▶ **WORK REQUIRED**:
Below is a listing. Set down exactly the lines from the one containing "v -3.527 -4.854 0" through the one containing "v -1.854 5.706 -17.5", both ends included, and leave out the rest.
# # # # #
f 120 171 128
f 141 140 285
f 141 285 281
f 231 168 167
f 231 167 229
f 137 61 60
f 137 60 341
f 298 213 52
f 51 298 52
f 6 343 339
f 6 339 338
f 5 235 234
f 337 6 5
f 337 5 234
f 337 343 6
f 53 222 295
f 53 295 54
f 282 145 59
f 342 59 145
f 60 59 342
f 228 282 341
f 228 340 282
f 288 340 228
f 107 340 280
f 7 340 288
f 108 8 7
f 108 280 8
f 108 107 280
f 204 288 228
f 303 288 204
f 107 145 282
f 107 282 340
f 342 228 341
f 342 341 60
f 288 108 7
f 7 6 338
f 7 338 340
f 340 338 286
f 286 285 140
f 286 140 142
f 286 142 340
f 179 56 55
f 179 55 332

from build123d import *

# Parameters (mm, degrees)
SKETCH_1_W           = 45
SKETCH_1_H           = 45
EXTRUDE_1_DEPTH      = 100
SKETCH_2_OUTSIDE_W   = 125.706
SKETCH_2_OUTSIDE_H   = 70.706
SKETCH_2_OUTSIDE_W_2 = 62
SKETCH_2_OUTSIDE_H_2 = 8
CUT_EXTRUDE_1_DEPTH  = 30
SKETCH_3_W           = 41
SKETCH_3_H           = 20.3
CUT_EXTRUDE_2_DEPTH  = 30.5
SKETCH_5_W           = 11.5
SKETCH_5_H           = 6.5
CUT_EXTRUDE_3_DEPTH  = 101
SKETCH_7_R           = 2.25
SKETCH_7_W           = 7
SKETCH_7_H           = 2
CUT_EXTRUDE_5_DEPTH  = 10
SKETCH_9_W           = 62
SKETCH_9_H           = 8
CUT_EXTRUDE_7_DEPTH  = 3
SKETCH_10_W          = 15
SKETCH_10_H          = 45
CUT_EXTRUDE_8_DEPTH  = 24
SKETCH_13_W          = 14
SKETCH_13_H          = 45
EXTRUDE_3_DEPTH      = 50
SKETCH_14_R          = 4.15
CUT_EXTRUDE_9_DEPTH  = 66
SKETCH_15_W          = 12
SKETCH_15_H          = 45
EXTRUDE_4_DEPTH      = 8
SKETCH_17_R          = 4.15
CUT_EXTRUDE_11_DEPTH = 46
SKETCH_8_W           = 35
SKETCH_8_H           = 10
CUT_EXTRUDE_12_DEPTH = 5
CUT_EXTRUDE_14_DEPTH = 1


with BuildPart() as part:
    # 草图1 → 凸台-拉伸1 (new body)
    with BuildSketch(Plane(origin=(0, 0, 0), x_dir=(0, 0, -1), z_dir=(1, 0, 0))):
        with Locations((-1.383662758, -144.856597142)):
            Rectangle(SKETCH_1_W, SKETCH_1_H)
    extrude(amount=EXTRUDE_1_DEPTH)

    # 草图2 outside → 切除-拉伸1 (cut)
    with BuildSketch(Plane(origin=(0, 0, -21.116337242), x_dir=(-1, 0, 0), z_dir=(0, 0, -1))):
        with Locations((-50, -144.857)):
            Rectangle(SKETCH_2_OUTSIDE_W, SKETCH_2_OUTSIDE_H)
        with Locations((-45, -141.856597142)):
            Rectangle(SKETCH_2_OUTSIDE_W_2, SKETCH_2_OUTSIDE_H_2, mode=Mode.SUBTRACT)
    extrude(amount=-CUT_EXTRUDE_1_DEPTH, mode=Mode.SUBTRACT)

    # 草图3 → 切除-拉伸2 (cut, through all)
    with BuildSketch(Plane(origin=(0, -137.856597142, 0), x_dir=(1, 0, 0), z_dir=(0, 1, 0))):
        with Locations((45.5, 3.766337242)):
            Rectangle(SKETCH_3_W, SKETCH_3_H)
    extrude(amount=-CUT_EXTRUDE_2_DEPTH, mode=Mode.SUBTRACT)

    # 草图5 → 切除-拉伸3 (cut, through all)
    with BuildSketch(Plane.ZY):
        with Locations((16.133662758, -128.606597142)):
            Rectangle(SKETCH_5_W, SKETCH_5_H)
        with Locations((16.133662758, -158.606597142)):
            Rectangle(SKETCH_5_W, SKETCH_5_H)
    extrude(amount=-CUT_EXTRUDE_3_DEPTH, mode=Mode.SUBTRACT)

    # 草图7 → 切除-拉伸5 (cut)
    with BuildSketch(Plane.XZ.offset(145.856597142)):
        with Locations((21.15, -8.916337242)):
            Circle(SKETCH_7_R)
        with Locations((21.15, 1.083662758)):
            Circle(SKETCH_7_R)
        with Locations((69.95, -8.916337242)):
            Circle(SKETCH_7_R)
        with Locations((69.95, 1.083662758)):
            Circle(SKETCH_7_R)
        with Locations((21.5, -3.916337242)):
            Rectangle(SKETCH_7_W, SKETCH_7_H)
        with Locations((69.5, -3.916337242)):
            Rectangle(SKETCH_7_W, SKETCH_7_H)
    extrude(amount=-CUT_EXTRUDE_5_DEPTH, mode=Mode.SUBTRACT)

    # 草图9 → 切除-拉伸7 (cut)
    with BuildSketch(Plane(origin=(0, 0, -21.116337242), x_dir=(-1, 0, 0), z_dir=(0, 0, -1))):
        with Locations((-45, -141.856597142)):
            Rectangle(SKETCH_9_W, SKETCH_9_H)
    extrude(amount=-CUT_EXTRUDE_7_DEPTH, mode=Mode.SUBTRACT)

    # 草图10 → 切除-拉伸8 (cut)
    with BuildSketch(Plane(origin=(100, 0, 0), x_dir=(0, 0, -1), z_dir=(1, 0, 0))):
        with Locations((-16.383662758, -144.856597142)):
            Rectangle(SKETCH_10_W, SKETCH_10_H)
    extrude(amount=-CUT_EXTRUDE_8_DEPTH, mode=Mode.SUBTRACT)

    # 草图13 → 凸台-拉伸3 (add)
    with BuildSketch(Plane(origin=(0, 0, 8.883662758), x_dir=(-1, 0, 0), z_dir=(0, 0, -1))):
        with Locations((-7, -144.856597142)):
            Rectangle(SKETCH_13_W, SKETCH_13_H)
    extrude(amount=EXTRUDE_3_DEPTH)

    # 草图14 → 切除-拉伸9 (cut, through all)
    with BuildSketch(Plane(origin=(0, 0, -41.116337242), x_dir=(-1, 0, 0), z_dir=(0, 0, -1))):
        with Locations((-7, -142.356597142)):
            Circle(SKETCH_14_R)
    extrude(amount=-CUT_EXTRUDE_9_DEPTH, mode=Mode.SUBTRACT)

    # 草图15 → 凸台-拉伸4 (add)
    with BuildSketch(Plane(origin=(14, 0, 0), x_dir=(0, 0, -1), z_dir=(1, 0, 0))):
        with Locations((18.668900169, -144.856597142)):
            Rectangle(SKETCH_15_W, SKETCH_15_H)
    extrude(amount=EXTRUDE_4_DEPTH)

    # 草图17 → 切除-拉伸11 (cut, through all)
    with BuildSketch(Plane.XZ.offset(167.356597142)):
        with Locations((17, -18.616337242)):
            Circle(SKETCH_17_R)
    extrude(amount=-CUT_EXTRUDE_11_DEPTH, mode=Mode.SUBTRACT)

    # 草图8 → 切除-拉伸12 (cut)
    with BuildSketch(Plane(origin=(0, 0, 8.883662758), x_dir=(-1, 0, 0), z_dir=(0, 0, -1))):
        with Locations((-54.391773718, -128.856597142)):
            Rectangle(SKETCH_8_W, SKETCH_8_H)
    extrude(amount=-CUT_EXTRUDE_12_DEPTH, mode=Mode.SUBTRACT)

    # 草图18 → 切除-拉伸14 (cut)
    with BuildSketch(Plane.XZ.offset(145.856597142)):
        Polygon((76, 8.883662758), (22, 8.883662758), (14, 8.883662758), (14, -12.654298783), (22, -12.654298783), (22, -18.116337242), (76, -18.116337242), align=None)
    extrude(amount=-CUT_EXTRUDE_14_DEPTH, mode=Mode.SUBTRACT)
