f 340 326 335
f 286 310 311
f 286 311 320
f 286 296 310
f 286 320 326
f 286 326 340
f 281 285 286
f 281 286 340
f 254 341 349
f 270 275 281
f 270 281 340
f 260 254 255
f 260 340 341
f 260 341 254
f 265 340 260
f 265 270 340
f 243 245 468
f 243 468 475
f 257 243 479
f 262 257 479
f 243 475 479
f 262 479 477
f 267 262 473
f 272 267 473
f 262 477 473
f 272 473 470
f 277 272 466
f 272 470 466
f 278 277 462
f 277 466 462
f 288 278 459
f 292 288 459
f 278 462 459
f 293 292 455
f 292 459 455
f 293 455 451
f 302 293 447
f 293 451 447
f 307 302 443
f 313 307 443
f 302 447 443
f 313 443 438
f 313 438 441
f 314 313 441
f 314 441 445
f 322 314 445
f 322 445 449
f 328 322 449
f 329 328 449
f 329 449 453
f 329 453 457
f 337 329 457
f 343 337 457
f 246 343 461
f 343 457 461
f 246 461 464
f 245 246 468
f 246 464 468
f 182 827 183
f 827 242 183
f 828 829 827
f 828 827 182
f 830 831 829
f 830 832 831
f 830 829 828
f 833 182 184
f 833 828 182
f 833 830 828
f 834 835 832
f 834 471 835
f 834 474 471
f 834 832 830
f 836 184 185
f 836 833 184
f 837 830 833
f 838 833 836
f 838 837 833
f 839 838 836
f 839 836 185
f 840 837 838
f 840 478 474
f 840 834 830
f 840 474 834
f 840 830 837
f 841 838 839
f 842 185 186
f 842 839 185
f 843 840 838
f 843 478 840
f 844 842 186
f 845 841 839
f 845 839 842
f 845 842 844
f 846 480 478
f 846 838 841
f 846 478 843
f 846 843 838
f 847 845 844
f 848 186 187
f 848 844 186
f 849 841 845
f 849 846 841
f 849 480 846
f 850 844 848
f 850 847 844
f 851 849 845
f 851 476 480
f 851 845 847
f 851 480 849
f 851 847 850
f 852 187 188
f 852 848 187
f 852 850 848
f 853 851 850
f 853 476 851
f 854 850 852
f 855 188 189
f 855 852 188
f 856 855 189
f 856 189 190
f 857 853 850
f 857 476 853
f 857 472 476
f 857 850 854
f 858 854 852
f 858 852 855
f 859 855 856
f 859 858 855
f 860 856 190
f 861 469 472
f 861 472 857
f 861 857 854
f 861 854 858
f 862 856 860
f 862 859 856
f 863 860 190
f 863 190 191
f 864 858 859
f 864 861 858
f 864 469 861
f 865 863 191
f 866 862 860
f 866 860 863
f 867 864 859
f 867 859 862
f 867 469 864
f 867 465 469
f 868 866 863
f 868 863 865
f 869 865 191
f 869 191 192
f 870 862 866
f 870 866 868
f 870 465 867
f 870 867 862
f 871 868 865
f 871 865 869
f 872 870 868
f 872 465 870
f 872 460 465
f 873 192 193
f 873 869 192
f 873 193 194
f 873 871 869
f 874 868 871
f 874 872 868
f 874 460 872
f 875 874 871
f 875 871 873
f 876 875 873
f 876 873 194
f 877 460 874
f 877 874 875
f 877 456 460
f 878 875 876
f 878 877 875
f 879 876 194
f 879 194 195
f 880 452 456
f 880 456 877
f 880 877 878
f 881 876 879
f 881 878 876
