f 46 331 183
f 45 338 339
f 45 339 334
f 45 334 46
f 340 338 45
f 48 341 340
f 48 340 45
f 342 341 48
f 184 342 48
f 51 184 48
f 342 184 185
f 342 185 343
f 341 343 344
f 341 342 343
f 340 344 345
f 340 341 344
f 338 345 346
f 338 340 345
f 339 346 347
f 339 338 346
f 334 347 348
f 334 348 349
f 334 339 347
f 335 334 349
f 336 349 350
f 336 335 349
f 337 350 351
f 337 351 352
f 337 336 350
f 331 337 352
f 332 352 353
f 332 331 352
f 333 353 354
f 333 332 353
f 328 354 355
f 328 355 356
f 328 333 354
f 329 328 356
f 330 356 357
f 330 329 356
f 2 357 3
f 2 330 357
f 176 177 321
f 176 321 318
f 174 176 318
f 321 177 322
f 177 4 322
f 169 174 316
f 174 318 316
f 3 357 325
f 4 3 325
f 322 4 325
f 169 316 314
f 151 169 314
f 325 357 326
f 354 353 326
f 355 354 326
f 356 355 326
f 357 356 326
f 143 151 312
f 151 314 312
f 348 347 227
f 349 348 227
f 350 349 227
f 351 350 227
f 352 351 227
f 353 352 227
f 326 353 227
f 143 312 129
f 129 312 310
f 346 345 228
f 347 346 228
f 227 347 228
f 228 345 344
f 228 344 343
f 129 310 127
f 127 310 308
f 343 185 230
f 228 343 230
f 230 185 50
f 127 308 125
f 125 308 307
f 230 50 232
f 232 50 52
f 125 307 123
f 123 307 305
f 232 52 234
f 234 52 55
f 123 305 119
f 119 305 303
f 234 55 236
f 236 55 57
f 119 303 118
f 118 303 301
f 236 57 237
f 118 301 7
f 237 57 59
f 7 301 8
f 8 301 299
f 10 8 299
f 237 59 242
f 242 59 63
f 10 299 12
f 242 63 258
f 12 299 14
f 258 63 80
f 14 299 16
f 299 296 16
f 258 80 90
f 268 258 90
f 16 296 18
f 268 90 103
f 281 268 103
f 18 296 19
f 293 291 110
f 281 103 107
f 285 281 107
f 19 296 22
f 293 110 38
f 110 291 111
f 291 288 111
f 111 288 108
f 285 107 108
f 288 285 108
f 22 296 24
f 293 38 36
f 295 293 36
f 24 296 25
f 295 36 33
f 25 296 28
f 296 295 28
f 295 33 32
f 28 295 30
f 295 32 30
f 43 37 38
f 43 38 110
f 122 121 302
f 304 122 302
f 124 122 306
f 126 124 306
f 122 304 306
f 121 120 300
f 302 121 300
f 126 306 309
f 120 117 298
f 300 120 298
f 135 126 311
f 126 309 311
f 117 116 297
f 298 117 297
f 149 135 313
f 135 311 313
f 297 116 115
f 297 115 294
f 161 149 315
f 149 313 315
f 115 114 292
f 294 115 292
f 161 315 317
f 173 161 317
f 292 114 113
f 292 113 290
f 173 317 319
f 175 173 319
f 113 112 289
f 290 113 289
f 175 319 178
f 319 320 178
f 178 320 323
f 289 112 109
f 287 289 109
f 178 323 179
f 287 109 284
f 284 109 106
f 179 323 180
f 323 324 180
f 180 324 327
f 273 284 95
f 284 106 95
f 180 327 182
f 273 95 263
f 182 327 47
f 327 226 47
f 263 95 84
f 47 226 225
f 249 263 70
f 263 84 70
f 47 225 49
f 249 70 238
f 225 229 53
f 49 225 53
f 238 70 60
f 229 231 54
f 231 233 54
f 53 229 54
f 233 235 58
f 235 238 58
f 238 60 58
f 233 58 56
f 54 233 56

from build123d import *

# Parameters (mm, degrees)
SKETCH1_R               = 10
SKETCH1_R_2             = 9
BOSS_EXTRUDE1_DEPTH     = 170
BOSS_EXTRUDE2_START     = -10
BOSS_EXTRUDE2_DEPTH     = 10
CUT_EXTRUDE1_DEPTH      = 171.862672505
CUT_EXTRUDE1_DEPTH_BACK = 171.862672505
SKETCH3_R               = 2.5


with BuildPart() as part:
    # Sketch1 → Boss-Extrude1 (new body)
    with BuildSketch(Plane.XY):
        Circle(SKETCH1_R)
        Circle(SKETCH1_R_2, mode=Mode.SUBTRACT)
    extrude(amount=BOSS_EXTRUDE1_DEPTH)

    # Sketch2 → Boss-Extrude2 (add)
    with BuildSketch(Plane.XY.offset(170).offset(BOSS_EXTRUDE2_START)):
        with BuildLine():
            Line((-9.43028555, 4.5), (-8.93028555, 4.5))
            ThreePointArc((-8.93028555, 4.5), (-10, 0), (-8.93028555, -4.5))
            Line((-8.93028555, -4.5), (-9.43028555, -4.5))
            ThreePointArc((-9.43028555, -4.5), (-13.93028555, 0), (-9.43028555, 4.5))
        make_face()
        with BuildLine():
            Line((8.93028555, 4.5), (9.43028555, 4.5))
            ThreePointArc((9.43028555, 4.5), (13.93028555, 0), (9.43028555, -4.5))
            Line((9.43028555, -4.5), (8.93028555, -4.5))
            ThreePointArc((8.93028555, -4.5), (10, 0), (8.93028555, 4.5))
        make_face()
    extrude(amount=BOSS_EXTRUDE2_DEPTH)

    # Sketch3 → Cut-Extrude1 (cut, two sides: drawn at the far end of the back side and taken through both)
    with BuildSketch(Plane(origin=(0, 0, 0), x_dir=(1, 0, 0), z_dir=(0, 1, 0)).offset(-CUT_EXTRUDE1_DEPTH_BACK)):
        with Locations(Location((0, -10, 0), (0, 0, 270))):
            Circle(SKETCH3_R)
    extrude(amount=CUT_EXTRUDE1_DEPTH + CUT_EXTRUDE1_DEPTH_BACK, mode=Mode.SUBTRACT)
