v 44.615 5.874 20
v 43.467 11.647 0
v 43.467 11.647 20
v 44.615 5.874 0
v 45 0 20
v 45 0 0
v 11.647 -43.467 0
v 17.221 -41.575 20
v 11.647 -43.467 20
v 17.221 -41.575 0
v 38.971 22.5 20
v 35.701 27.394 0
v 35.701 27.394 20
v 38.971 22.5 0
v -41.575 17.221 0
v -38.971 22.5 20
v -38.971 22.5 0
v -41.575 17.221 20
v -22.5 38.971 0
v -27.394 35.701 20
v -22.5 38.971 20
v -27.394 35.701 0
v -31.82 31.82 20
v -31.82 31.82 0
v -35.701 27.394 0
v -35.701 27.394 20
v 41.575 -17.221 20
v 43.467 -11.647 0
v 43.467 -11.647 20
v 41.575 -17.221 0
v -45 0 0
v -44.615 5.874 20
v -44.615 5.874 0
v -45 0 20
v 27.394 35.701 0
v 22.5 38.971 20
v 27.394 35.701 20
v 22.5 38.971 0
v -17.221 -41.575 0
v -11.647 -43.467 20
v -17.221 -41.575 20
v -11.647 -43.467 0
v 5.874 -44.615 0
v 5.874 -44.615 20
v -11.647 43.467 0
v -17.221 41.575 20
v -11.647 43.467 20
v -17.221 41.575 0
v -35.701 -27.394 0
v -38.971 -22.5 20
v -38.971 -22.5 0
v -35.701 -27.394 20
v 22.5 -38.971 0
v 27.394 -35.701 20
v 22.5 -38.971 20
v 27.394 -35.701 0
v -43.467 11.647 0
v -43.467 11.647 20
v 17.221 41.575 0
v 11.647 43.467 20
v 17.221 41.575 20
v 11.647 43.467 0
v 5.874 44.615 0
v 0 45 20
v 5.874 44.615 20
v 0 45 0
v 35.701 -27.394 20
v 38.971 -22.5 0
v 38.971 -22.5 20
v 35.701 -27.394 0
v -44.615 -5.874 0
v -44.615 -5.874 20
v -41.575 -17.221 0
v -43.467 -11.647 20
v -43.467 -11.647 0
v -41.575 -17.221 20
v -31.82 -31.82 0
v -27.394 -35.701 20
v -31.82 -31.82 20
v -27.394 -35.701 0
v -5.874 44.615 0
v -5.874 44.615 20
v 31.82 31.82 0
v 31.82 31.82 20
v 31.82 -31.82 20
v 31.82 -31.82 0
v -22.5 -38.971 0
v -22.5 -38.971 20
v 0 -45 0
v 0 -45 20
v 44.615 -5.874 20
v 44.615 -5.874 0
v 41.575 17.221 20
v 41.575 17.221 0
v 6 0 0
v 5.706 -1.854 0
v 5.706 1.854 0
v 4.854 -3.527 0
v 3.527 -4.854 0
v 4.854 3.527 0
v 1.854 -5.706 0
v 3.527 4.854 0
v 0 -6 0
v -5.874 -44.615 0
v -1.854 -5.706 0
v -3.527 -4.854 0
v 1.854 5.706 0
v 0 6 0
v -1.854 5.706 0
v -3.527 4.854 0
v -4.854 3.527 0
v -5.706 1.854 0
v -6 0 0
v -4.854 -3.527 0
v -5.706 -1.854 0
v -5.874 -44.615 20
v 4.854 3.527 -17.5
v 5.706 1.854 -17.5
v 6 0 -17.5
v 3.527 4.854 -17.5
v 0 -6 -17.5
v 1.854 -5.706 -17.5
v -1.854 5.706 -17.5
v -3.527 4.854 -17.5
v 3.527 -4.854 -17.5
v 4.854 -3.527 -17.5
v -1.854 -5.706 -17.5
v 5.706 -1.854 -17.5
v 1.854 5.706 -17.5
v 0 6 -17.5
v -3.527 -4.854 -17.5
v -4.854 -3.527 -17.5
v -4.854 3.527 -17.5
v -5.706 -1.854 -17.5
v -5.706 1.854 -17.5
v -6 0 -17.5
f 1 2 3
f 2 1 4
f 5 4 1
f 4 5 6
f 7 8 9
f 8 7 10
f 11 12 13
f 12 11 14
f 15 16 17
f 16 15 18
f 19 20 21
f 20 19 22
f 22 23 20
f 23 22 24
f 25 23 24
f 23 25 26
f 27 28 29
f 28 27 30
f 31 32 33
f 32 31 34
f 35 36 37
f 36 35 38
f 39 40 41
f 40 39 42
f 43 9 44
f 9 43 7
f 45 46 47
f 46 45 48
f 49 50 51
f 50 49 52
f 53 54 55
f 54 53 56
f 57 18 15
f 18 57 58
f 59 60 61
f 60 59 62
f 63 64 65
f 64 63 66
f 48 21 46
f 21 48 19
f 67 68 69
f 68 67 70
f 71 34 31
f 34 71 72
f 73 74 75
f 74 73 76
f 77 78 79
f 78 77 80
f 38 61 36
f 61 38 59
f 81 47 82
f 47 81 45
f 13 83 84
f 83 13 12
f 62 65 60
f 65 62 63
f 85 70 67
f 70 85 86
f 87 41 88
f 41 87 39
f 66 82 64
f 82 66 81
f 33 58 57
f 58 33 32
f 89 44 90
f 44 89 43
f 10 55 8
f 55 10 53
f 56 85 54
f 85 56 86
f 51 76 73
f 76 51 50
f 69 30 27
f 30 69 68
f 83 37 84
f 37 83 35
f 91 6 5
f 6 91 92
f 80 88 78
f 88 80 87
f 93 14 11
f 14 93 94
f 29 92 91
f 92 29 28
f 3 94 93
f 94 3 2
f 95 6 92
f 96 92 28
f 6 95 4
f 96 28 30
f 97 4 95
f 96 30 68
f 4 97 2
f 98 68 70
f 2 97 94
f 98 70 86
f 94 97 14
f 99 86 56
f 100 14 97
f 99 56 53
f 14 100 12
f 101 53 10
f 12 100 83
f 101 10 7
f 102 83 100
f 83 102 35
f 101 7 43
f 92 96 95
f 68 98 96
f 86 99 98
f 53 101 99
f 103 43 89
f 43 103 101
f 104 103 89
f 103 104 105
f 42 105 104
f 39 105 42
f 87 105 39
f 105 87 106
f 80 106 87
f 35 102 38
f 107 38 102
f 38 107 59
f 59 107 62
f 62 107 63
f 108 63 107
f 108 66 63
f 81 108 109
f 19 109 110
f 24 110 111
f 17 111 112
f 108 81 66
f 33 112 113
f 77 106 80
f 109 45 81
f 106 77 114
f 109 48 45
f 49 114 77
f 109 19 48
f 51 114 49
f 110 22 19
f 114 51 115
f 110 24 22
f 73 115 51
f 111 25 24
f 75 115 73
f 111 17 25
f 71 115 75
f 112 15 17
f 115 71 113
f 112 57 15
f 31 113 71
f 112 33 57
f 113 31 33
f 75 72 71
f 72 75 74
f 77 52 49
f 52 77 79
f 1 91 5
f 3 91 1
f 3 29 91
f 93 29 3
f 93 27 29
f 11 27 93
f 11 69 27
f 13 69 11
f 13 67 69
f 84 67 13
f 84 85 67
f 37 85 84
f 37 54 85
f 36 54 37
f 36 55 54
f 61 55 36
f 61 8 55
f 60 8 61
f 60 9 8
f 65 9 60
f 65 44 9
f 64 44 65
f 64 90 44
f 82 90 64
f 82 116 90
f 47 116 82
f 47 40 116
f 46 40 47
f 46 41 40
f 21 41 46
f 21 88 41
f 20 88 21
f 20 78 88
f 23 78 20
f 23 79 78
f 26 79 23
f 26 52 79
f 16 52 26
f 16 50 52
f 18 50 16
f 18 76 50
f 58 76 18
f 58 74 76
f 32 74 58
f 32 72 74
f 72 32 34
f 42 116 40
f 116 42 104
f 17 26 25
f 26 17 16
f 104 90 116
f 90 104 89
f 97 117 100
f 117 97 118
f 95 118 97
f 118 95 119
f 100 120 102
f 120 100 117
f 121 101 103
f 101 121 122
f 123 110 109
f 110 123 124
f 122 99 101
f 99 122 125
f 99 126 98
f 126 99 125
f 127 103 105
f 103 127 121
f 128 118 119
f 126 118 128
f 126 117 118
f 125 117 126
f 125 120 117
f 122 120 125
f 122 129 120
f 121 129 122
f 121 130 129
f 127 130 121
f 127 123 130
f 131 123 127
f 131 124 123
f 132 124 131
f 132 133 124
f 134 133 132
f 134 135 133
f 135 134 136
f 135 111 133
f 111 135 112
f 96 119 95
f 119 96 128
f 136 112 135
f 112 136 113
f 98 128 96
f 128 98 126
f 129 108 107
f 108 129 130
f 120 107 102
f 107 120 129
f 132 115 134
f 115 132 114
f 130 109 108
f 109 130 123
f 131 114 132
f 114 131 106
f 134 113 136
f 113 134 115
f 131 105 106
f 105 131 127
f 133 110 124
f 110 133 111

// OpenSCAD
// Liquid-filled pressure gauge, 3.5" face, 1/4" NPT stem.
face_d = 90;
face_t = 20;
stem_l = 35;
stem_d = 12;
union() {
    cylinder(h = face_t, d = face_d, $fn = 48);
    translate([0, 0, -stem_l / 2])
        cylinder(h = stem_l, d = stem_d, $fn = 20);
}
# # # # #
▶ **SOLUTION TO THIS TASK**:
v -3.527 -4.854 0
v 1.854 5.706 0
v 0 6 0
v -1.854 5.706 0
v -3.527 4.854 0
v -4.854 3.527 0
v -5.706 1.854 0
v -6 0 0
v -4.854 -3.527 0
v -5.706 -1.854 0
v -5.874 -44.615 20
v 4.854 3.527 -17.5
v 5.706 1.854 -17.5
v 6 0 -17.5
v 3.527 4.854 -17.5
v 0 -6 -17.5
v 1.854 -5.706 -17.5
v -1.854 5.706 -17.5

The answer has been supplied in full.